What is an index?
The value of indexes
When working with Shinydocs, one of your first steps is to crawl your organization’s targeted content source(s) and create one or more indexes. These indexes are a comprehensive inventory of all the files located across your repositories. This enables your organization to not only discover detailed information about what data exists and where it exists, but provides key insights to support the success of other data initiatives such as cleaning up content, deploying an enterprise search, and migrating data.
What do indexes look like?
Indexes are stored in the Analytics Engine, which is a component of the Cognitive Suite.
A basic index will contain various fields of metadata including:
Date created
Last modified date
File extension
File size
File name
File path
Each subsequent crawl or command that is run on an index creates additional fields of metadata within the index.
For example:
After a hash crawl is run, a field displaying the hash value is added to each file.
Text extraction adds a field to the index that includes the full text of a document. This field has a character limit of 30,000 characters, which typically equates to the the first 4-6 pages of a document.
Entity extraction adds specific fields depending on the targeted entities.
Once ROT rules are run against an index, files in the index that meet the conditions for ROT are tagged with the corresponding rule.
Additional classifications can be added based on a file’s properties, characteristics, or attributes.
Understanding your data
One of the most powerful outcomes that is gained from your indexes is the ability to fully understand your data. By understanding what data exists, it can be leveraged in many ways across your organization. Our Visualizer allows you to explore the content within your indexes and gain a clear picture of what exists. Through this process you can uncover key insights and trends, identify how to maximize the value of your data, and make informed decisions about how to optimize your data strategy moving forward.
Enriching indexes
Enriching your data refers to the process of adding meaning and context to your data to increase its value, purpose, and visibility within your organization. There are many ways you can enrich your indexes, including the following:
Hashing | Hashing is the first step in identifying duplicate content. A hash value is assigned to each file during a hash crawl. Hash values are determined upon the binary content of a file, meaning that each unique file will have a unique hash value, while duplicate files will have the same hash value. |
Extraction | Extraction is most commonly performed through text extraction and entity extraction. Text extraction is when the full text of a file is extracted and added to an index, whereas entity extraction is used to extract specific text within your content and add it to the index. Entities can include location, person, organization, money, percent, data, and time. |
Tagging | Tagging refers to any action of adding descriptive metadata fields to the index for one or more items. These metadata tags help to identify attributes about the content but also to add meaning and context to your data. Tagging helps you manage your data by easily isolating and locating specific information using tags. For example, you can tag files as duplicate or ROT content, or add classifications. |
Data enrichment helps to uncover the value contained within your content, thus increasing your organization’s ability to fully leverage the wealth of its information.
Cleaning up your data
Cleaning up your content has many benefits, such as gaining insights into your data, freeing up storage space, removing content that has associated risk, and improving employee productivity. The ability to realize these benefits relies on your indexes. Enriching your indexes through hashing, extraction and tagging allows you to appropriately and confidently take action on the identified content.
For example:
Duplicate content can be easily identified and actioned once it has been hashed and tagged
ROT content tagged with the corresponding ROT rule for which it has met the conditions can be confidently actioned
Using classifications make it easier to locate and analyze your content
Content that contains sensitive information, such as PII, can be removed to eliminate risk
Removing duplicates and ROT from your content sources frees up storage space and makes it easier for employees to find what they are looking for, especially when this is paired with an enterprise search solution.

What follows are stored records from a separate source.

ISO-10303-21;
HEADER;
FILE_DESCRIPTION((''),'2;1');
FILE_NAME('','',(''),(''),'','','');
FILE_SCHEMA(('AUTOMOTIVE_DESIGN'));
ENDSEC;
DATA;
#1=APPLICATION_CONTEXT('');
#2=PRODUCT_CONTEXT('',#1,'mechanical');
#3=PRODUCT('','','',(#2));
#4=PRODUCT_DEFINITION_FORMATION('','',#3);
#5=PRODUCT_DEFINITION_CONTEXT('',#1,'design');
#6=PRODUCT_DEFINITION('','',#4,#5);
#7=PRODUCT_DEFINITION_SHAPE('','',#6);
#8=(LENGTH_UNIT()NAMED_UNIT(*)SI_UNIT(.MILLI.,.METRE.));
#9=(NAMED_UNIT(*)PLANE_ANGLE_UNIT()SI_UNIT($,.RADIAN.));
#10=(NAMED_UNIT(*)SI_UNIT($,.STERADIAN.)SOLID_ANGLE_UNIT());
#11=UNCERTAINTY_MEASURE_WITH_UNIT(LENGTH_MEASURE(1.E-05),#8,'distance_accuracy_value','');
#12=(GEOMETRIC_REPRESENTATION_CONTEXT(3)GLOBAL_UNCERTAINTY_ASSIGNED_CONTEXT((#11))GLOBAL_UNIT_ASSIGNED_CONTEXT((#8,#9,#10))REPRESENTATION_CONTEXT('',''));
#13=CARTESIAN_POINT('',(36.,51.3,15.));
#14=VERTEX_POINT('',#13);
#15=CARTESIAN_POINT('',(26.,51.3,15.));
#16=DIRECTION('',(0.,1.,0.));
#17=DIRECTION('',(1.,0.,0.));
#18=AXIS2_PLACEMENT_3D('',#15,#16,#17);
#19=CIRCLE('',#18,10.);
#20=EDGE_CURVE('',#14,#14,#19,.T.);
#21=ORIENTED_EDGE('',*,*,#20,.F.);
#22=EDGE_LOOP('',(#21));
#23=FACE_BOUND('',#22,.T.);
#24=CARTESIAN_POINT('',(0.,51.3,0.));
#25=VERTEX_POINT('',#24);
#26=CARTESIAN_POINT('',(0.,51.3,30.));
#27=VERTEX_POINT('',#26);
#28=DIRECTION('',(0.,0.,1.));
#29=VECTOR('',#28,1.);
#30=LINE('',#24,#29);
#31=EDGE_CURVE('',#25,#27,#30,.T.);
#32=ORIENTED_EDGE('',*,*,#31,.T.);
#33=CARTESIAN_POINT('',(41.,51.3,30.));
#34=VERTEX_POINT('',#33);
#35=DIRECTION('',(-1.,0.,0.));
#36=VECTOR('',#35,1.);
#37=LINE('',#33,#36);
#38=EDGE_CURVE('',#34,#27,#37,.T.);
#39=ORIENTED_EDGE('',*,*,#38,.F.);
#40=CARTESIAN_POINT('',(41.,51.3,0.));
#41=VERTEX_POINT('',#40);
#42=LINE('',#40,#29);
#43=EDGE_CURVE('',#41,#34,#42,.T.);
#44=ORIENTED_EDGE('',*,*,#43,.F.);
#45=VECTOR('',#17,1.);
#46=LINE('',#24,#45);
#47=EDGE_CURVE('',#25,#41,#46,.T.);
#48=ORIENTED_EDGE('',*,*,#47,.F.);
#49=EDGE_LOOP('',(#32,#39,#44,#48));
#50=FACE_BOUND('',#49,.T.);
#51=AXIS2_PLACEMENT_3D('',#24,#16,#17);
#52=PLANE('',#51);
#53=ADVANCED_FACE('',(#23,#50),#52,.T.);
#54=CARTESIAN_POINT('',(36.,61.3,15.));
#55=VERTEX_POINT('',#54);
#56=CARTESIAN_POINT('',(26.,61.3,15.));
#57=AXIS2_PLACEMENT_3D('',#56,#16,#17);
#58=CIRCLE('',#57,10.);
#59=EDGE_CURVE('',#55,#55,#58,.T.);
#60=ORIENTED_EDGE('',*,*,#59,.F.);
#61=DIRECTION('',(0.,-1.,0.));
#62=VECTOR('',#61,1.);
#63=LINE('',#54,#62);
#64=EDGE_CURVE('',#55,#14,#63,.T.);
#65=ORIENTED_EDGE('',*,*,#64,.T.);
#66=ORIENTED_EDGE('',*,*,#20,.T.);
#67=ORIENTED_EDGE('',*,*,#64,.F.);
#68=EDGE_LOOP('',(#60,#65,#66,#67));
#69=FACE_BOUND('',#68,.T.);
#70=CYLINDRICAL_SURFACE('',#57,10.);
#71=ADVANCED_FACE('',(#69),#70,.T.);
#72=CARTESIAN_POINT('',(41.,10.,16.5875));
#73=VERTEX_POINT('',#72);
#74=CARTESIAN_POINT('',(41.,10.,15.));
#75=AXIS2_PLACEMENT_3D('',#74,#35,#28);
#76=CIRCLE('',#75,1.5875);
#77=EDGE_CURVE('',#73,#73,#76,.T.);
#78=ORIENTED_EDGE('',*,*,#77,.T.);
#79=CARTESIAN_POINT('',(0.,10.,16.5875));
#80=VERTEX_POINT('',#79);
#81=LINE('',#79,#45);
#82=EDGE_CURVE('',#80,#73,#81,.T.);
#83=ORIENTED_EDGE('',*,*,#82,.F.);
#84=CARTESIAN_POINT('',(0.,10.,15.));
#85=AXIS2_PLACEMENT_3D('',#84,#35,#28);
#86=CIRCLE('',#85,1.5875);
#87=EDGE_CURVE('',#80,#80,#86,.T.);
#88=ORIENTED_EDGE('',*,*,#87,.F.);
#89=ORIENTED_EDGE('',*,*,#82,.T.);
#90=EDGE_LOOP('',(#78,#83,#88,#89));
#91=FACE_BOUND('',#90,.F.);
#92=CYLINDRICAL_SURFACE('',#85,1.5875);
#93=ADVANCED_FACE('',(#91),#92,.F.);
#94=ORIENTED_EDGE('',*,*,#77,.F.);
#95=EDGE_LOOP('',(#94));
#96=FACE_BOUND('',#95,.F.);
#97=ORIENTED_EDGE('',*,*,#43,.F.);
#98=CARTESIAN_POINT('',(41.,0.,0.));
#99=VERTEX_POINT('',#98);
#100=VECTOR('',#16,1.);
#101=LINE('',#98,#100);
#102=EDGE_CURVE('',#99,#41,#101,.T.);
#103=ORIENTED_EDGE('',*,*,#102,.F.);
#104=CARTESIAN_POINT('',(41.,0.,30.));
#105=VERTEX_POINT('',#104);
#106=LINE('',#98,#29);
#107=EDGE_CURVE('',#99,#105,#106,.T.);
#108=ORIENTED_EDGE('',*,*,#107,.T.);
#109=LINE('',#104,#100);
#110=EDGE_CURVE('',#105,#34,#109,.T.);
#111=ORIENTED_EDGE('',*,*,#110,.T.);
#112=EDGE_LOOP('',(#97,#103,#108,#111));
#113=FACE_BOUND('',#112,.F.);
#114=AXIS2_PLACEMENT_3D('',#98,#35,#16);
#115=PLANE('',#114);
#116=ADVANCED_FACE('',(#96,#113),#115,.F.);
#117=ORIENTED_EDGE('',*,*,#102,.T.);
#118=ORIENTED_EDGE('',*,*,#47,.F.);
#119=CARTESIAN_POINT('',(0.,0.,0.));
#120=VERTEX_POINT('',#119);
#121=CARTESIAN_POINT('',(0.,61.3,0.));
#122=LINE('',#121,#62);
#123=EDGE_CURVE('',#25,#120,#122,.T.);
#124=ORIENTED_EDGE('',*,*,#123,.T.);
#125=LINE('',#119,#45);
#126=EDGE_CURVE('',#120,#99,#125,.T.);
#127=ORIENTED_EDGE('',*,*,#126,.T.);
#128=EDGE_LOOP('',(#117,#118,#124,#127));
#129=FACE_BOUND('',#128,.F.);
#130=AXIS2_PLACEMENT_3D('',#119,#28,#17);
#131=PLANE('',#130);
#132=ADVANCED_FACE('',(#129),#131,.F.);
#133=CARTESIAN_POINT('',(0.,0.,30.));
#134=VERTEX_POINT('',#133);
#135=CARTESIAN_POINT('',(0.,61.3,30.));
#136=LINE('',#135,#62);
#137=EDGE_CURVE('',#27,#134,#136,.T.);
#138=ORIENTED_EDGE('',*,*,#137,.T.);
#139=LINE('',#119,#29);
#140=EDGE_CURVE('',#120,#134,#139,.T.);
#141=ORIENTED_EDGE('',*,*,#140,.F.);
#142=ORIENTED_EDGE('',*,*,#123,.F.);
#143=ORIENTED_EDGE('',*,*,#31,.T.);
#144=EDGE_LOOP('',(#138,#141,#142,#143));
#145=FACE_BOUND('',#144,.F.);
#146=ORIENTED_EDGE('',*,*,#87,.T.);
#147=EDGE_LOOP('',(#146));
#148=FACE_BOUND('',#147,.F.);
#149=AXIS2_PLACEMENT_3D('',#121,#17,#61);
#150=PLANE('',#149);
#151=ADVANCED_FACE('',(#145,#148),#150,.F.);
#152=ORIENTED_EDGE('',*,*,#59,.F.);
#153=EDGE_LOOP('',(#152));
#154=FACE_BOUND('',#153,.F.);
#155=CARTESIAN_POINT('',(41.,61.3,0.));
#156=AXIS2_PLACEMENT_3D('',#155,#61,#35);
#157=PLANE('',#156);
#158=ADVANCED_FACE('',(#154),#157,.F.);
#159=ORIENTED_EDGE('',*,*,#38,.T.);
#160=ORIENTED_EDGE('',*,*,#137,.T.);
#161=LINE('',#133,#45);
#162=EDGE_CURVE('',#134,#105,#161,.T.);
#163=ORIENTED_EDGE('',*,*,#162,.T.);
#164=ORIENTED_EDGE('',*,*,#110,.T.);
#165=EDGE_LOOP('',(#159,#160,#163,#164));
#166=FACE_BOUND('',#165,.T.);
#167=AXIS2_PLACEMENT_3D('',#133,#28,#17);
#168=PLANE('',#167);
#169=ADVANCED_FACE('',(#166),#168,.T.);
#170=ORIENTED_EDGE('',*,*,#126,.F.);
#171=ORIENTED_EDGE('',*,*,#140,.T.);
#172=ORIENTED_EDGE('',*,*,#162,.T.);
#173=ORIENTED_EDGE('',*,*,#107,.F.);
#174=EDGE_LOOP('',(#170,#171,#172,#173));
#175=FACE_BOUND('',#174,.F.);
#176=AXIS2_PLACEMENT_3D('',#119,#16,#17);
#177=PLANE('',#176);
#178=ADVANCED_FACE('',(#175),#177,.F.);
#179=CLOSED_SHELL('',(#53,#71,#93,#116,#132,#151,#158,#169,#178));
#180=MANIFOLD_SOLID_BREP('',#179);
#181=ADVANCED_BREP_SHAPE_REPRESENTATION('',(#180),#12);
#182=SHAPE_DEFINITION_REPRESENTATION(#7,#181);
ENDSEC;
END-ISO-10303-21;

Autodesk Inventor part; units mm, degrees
ref_plane "YZ Plane" through (0, 0, 0) normal (1, 0, 0) x (0, 1, 0)
ref_plane "XZ Plane" through (0, 0, 0) normal (0, 1, 0) x (-1, 0, 0)
ref_plane "XY Plane" through (0, 0, 0) normal (0, 0, 1) x (1, 0, 0)
sketch "Sketch1" plane through (0, 0, 0) normal (0, 0, 1) x (1, 0, 0)
  line L0 (0, 0) -> (41, 0)
  line L1 (41, 0) -> (41, 61.3)
  line L2 (41, 61.3) -> (0, 61.3)
  line L3 (0, 61.3) -> (0, 0)
  dimension "d0" = 61.3
  dimension "d1" = 41
extrude "Extrusion1" add sketch "Sketch1" along normal blind 30
sketch "Sketch2" plane through (0, 0, 0) normal (-1, 0, 0) x (0, 0, 1)
  circle A0 centre (15, 10) radius 1.5875
  line L0 (0, 0) -> (30, 0) projected
  line L1 (0, 61.3) -> (0, 0) projected
  dimension "d4" = 3.175
  dimension "d5" = 10
  dimension "d6" = 15
extrude "Extrusion2" cut sketch "Sketch2" against normal through all
sketch "Sketch3" plane through (0, 61.3, 0) normal (0, 1, 0) x (1, 0, 0)
  line L0 (0, 0) -> (0, -30) projected
  line L1 (41, 0) -> (41, -30) projected
  line L2 (0, 0) -> (41, 0)
  line L3 (41, 0) -> (41, -30)
  line L4 (41, -30) -> (0, -30)
  line L5 (0, -30) -> (0, 0)
  circle A0 centre (26, -15) radius 10
  dimension "d9" = 15
  dimension "d10" = 15
  dimension "d11" = 20
extrude "Extrusion3" cut sketch "Sketch3" against normal blind 10
properties part number "SolidnoidV"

Improving enterprise search
An enterprise search solution, such as Discovery Search, relies on your indexes. When it comes to implementing an enterprise search, think of your indexes of the first point of contact between you and your data. Once a search is conducted, Discovery Search connects with the indexed data, looking for the most relevant results. Additionally, through enrichment techniques such as classification and extraction, more information is appended to your indexes, which facilitates a more flexible and accurate search.

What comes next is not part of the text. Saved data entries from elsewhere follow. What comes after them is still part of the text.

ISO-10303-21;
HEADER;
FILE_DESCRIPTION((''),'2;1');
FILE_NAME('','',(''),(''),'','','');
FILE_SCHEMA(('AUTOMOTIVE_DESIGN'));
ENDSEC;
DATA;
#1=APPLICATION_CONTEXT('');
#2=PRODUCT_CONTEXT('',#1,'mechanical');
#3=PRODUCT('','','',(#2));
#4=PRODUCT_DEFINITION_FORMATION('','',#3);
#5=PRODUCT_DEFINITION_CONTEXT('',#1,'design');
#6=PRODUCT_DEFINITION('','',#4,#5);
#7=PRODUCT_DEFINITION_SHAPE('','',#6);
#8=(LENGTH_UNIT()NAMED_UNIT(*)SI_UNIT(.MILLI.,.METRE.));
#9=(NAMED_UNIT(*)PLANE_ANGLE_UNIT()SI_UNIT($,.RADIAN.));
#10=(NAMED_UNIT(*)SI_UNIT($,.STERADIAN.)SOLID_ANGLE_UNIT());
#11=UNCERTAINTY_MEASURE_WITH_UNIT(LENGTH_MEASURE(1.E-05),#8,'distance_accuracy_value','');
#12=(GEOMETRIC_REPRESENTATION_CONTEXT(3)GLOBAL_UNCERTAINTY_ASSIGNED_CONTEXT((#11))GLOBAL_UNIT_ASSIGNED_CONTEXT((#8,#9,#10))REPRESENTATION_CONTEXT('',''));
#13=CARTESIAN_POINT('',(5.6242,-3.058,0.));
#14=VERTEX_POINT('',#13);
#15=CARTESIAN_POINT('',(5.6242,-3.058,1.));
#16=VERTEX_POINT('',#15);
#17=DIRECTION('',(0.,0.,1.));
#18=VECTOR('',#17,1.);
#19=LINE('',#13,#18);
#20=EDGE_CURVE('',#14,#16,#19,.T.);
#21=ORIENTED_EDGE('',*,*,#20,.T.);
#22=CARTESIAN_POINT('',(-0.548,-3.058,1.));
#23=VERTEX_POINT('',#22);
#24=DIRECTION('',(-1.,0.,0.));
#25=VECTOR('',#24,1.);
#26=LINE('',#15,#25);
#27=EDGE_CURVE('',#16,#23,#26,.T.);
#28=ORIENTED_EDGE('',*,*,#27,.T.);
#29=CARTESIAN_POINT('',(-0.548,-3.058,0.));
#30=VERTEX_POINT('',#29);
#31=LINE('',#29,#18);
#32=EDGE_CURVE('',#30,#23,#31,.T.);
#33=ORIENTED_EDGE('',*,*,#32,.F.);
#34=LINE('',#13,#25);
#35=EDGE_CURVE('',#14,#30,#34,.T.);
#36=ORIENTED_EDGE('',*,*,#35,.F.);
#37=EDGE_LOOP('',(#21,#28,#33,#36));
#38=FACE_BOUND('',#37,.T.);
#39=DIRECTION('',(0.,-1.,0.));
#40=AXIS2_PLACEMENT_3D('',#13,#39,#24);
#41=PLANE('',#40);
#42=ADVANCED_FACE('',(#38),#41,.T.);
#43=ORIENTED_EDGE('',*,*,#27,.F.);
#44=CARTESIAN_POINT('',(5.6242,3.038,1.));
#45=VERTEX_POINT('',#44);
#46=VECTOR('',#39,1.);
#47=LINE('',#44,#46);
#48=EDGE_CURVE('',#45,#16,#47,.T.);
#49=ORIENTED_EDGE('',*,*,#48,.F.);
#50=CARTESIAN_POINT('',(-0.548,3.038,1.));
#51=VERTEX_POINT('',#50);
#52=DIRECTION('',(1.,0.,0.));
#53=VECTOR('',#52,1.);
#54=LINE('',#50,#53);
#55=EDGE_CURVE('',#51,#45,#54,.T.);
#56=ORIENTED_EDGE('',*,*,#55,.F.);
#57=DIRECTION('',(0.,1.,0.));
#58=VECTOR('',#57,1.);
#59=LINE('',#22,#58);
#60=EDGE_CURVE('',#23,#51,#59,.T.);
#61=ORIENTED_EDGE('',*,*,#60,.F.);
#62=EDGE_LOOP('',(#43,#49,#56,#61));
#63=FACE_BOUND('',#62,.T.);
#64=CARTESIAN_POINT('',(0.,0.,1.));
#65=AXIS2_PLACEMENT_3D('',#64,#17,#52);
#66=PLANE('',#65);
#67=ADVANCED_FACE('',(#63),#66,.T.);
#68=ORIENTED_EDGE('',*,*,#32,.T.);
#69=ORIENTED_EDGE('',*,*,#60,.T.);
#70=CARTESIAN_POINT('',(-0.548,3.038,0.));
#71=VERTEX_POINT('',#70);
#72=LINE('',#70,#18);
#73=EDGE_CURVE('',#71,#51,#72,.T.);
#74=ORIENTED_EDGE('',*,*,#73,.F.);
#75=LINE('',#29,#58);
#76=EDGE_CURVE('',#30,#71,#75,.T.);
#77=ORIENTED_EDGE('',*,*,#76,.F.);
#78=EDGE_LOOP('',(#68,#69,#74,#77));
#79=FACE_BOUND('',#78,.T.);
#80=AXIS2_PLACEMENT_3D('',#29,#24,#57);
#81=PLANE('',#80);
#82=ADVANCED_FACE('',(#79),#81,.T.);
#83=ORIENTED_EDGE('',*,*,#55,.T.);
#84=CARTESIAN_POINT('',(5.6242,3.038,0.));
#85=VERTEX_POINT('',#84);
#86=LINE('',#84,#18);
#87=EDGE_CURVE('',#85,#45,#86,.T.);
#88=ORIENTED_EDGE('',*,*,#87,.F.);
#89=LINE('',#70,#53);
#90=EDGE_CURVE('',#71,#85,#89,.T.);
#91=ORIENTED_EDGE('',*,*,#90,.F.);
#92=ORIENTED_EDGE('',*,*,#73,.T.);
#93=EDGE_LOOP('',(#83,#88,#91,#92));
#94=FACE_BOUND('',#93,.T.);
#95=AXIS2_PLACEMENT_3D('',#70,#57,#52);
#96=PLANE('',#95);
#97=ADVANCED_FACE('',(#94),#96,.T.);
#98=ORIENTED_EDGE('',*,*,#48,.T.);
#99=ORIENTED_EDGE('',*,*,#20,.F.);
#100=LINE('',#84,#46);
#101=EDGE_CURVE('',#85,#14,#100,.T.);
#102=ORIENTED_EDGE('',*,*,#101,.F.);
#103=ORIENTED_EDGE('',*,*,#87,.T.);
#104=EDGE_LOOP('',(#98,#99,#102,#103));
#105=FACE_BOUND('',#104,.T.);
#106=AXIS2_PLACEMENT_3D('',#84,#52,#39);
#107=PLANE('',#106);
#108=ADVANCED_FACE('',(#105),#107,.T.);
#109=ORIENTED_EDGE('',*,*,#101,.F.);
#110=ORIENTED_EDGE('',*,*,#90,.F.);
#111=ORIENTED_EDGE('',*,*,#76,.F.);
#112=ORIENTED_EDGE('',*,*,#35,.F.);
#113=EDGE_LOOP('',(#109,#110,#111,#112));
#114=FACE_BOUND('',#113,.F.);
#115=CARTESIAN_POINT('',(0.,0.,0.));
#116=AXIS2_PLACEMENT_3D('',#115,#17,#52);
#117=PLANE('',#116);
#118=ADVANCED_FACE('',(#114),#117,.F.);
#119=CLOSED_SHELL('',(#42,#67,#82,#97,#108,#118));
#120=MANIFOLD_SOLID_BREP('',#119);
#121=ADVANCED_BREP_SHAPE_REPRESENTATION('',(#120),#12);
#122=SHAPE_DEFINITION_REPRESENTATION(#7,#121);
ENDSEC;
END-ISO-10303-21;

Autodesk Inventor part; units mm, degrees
ref_plane "YZ Plane" through (0, 0, 0) normal (1, 0, 0) x (0, 1, 0)
ref_plane "XZ Plane" through (0, 0, 0) normal (0, 1, 0) x (-1, 0, 0)
ref_plane "XY Plane" through (0, 0, 0) normal (0, 0, 1) x (1, 0, 0)
sketch "PBTH, BSL_144" plane through (0, 0, 0) normal (0, 0, 1) x (1, 0, 0)
  line L0 (-0.548, 3.038) -> (5.6242, 3.038)
  line L1 (5.6242, 3.038) -> (5.6242, -3.058)
  line L2 (5.6242, -3.058) -> (-0.548, -3.058)
  line L3 (-0.548, -3.058) -> (-0.548, 3.038)
extrude "Extrusion1" add sketch "PBTH, BSL_144" along normal blind 1
properties part number "BSL"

Supporting a data migration
indexes play a pivotal role in helping to support the success of any data migration project. By using your indexes to build an understanding of what data exists within your source location, you can make more informed decisions about your data migration plan.
This includes:
Cleaning up content before a migration so that existing problems aren’t perpetuated in the new destination, and effort is not spent on moving duplicate and ROT data
Deciding what will be included or eliminated from the migration
Anticipating challenges and minimizing the risk of surprises that could derail your success
Using indexes created for the destination of the migration, results of a data migration can be visualized using the Shinydocs Visualizer. Dashboards are available within the Shinydocs Visualizer that provide a visualization of migration results that can be shared with leadership and across your organization, or you can create your own.